Any 'Greatest Films' list is going to court controversy. That's simply the nature of the beast. That said, a new list that's been complied asked 177 film critics to name the 100 greatest films of the 21st Century so that a whole host of modern classics could be acknowledged, instead of being relegated down because of the likes of The Godfather, Citizen Kane, It's A Wonderful Life, and Apocalypse Now.
It's not overly surprising that David Lynch's Mulholland Drive has finished top of this list. Not only is David Lynch one of the most recognized auteurs in American cinema history, providing the list with a strong link to before the 21st Century, but Mulholland Drive has been roundly celebrated as one of his finest ever films, alongside 1977's Eraserhead and 1986's Blue Velvet, while it also won Lynch the Best Director Award at that year's Cannes Film Festival and an Oscar nomination.
Personally I think that all three pale in comparison to The Straight Story, but I can understand why Lynch's sauntering exploration of the decrepit underbelly of Los Angeles, with its surreal and dreamlike imagery and noir tone that becomes more and hypnotic as it fearlessly meanders, came out on top.
Of course, with such a list, there's always going to startling omissions.
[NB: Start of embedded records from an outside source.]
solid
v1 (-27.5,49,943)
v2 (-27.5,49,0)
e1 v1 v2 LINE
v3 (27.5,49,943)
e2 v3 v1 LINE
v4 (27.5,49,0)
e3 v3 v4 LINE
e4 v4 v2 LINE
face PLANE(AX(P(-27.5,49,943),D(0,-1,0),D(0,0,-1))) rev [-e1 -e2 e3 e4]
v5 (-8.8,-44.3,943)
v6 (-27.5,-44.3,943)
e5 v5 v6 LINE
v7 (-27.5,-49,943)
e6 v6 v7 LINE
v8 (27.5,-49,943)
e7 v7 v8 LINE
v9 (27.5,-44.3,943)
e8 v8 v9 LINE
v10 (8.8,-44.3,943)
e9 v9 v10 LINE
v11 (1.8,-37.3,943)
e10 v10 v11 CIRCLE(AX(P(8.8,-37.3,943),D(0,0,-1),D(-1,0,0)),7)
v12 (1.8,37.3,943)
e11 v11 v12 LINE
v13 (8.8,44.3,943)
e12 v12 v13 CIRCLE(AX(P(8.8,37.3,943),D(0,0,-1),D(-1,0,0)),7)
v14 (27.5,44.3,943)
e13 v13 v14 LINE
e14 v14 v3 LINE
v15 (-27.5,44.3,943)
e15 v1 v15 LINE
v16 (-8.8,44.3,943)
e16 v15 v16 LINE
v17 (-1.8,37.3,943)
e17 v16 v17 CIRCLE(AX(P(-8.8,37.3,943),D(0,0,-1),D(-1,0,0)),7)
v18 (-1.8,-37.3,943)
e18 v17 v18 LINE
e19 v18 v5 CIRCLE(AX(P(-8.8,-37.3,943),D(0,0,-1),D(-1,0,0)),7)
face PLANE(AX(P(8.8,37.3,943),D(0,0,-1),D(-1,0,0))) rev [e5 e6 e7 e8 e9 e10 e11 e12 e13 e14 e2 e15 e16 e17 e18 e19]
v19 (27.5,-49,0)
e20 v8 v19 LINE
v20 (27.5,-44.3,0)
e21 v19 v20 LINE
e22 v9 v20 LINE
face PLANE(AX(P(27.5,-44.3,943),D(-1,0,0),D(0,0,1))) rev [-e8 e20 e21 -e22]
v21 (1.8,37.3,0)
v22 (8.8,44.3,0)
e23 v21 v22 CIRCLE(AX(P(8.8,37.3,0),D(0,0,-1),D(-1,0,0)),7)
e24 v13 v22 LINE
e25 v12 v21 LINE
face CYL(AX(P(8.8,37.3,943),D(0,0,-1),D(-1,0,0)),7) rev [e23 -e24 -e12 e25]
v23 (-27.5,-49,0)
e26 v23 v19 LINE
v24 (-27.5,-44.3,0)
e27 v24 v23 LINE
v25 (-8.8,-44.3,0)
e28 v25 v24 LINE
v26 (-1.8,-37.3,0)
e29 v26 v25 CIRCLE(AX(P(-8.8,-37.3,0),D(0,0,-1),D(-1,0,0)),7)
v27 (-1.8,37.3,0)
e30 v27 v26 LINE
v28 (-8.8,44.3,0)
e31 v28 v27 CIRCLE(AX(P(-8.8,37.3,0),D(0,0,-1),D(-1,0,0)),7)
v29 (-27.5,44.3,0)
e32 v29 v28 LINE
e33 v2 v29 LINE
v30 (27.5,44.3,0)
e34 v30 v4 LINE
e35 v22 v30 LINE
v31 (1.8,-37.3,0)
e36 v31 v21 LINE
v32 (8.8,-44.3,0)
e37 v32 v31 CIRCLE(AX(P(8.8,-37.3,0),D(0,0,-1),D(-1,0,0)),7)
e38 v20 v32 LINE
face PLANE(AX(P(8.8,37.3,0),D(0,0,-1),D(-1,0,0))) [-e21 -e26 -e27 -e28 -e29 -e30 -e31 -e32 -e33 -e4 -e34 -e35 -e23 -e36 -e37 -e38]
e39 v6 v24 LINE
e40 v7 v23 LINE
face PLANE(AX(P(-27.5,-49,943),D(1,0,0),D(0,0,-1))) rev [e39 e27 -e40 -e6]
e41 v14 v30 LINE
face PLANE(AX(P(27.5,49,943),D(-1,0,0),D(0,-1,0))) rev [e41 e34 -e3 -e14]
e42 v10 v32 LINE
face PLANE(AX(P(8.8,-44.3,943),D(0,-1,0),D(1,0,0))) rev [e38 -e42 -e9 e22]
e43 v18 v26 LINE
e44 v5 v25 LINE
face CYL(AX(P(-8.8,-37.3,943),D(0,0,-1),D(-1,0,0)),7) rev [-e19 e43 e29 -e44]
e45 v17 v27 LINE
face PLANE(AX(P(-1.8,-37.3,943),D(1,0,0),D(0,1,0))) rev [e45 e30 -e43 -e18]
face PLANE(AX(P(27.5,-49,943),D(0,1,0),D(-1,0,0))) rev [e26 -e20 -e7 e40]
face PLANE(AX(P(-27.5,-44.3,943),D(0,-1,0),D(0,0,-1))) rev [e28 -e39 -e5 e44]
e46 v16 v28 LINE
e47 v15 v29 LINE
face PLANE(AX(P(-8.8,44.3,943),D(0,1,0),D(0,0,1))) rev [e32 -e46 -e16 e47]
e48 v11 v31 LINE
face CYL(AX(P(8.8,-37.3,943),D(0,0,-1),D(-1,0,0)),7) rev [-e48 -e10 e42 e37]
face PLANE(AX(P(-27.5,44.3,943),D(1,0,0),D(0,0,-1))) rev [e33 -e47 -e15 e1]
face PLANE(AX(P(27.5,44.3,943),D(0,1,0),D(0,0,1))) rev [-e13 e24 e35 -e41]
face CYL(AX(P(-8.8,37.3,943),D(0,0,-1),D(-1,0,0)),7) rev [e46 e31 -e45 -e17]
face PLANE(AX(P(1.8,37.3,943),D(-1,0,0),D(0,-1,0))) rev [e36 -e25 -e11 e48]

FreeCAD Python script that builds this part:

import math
import FreeCAD as App
import Part
import Sketcher
Q = App.Units.Quantity

doc = App.newDocument("Part")
body = doc.addObject("PartDesign::Body", "Body")

# Sketch on XY plane
sketch1 = body.newObject("Sketcher::SketchObject", "Sketch")
sketch1.AttachmentSupport = (doc.getObject("XY_Plane"), [""])
sketch1.MapMode = "FlatFace"
sketch1.addGeometry(Part.LineSegment(App.Vector(27.5, 49, 0), App.Vector(-27.5, 49, 0)), False)
sketch1.addGeometry(Part.LineSegment(App.Vector(-27.5, 49, 0), App.Vector(-27.5, 44.3, 0)), False)
sketch1.addGeometry(Part.LineSegment(App.Vector(-27.5, 44.3, 0), App.Vector(-8.8, 44.3, 0)), False)
sketch1.addGeometry(Part.ArcOfCircle(Part.Circle(App.Vector(-8.8, 37.3, 0), App.Vector(0, 0, 1), 7), math.radians(0), math.radians(90)), False)
sketch1.addGeometry(Part.LineSegment(App.Vector(-1.8, 37.3, 0), App.Vector(-1.8, -37.3, 0)), False)
sketch1.addGeometry(Part.ArcOfCircle(Part.Circle(App.Vector(-8.8, -37.3, 0), App.Vector(0, 0, 1), 7), math.radians(-90), math.radians(0)), False)
sketch1.addGeometry(Part.LineSegment(App.Vector(-8.8, -44.3, 0), App.Vector(-27.5, -44.3, 0)), False)
sketch1.addGeometry(Part.LineSegment(App.Vector(-27.5, -44.3, 0), App.Vector(-27.5, -49, 0)), False)
sketch1.addGeometry(Part.LineSegment(App.Vector(-27.5, -49, 0), App.Vector(27.5, -49, 0)), False)
sketch1.addGeometry(Part.LineSegment(App.Vector(27.5, -49, 0), App.Vector(27.5, -44.3, 0)), False)
sketch1.addGeometry(Part.LineSegment(App.Vector(27.5, -44.3, 0), App.Vector(8.8, -44.3, 0)), False)
sketch1.addGeometry(Part.ArcOfCircle(Part.Circle(App.Vector(8.8, -37.3, 0), App.Vector(0, 0, 1), 7), math.radians(-180), math.radians(-90)), False)
sketch1.addGeometry(Part.LineSegment(App.Vector(1.8, -37.3, 0), App.Vector(1.8, 37.3, 0)), False)
sketch1.addGeometry(Part.ArcOfCircle(Part.Circle(App.Vector(8.8, 37.3, 0), App.Vector(0, 0, 1), 7), math.radians(90), math.radians(180)), False)
sketch1.addGeometry(Part.LineSegment(App.Vector(8.8, 44.3, 0), App.Vector(27.5, 44.3, 0)), False)
sketch1.addGeometry(Part.LineSegment(App.Vector(27.5, 44.3, 0), App.Vector(27.5, 49, 0)), False)
sketch1.addConstraint(Sketcher.Constraint("Coincident", 0, 2, 1, 1))
sketch1.addConstraint(Sketcher.Constraint("Coincident", 1, 2, 2, 1))
sketch1.addConstraint(Sketcher.Constraint("Tangent", 2, 2, 3, 2))
sketch1.addConstraint(Sketcher.Constraint("Tangent", 3, 1, 4, 1))
sketch1.addConstraint(Sketcher.Constraint("Tangent", 4, 2, 5, 2))
sketch1.addConstraint(Sketcher.Constraint("Tangent", 5, 1, 6, 1))
sketch1.addConstraint(Sketcher.Constraint("Coincident", 6, 2, 7, 1))
sketch1.addConstraint(Sketcher.Constraint("Coincident", 7, 2, 8, 1))
sketch1.addConstraint(Sketcher.Constraint("Coincident", 8, 2, 9, 1))
sketch1.addConstraint(Sketcher.Constraint("Coincident", 9, 2, 10, 1))
sketch1.addConstraint(Sketcher.Constraint("Tangent", 10, 2, 11, 2))
sketch1.addConstraint(Sketcher.Constraint("Tangent", 11, 1, 12, 1))
sketch1.addConstraint(Sketcher.Constraint("Tangent", 12, 2, 13, 2))
sketch1.addConstraint(Sketcher.Constraint("Tangent", 13, 1, 14, 1))
sketch1.addConstraint(Sketcher.Constraint("Coincident", 14, 2, 15, 1))
sketch1.addConstraint(Sketcher.Constraint("Coincident", 15, 2, 0, 1))
sketch1.addConstraint(Sketcher.Constraint("Horizontal", 0))
sketch1.addConstraint(Sketcher.Constraint("Vertical", 1))
sketch1.addConstraint(Sketcher.Constraint("Horizontal", 2))
sketch1.addConstraint(Sketcher.Constraint("Vertical", 4))
sketch1.addConstraint(Sketcher.Constraint("Horizontal", 6))
sketch1.addConstraint(Sketcher.Constraint("Vertical", 7))
sketch1.addConstraint(Sketcher.Constraint("Horizontal", 8))
sketch1.addConstraint(Sketcher.Constraint("Vertical", 9))
sketch1.addConstraint(Sketcher.Constraint("Horizontal", 10))
sketch1.addConstraint(Sketcher.Constraint("Vertical", 12))
sketch1.addConstraint(Sketcher.Constraint("Horizontal", 14))
sketch1.addConstraint(Sketcher.Constraint("Vertical", 15))
sketch1.addConstraint(Sketcher.Constraint("Equal", 3, 5))
sketch1.addConstraint(Sketcher.Constraint("Equal", 5, 11))
sketch1.addConstraint(Sketcher.Constraint("Equal", 11, 13))
sketch1.addConstraint(Sketcher.Constraint("Symmetric", 3, 3, 11, 3, -1, 1))
sketch1.addConstraint(Sketcher.Constraint("Symmetric", 0, 2, 8, 2, -1, 1))
sketch1.addConstraint(Sketcher.Constraint("Symmetric", 6, 2, 14, 2, -1, 1))
sketch1.addConstraint(Sketcher.Constraint("Symmetric", 6, 2, 9, 2, -2))
sketch1.addConstraint(Sketcher.Constraint("Radius", 3, Q("7 mm")))
sketch1.addConstraint(Sketcher.Constraint("DistanceX", 0, 2, 0, 1, Q("55 mm")))
sketch1.addConstraint(Sketcher.Constraint("DistanceX", 2, 1, 2, 2, Q("18.7 mm")))
sketch1.addConstraint(Sketcher.Constraint("DistanceY", 1, 2, 1, 1, Q("4.7 mm")))
sketch1.addConstraint(Sketcher.Constraint("DistanceY", 4, 2, 4, 1, Q("74.6 mm")))
pad1 = body.newObject("PartDesign::Pad", "Pad")
pad1.Profile = sketch1
pad1.Length = 943

doc.recompute()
The lack of Whiplash, Toy Story 3, Moneyball, Lord Of The Rings: The Fellowship Of The Ring, Life Of Pi, Punch Drunk Love, and Y Tu Mambien are hard to take, especially since Zero Dark Thirty, Inglorious Basterds, Under The Skin, Spring Breakers, A. I. Artificial Intelligence, Her, Spotlight and Moonrise Kingdom got in.
Don't get me wrong, most of these eight films are a delight, but not in comparison to the majesty of the eight I suggested. Except for Moonrise Kingdom. That's turgid, and is pure style over substance that encapsulates everything that's bad about Wes Anderson, which he has so far managed to avoid with all of his other films.
I'm all for the numerous nods to Pixar, David Fincher -- 12th place to Zodiac made me very happy, the Coens, The Assassination Of Jesse James By The Coward Robert Ford, and Mad Max: Fury Road, though. Since it will hopefully get moviegoers to explore the abundance of fine, modern films from American and world cinema that are hardly ever shown in multiplexes, but do pop up in sadly diminishing art house and are now available at a plethora of sources online, it's a job well done.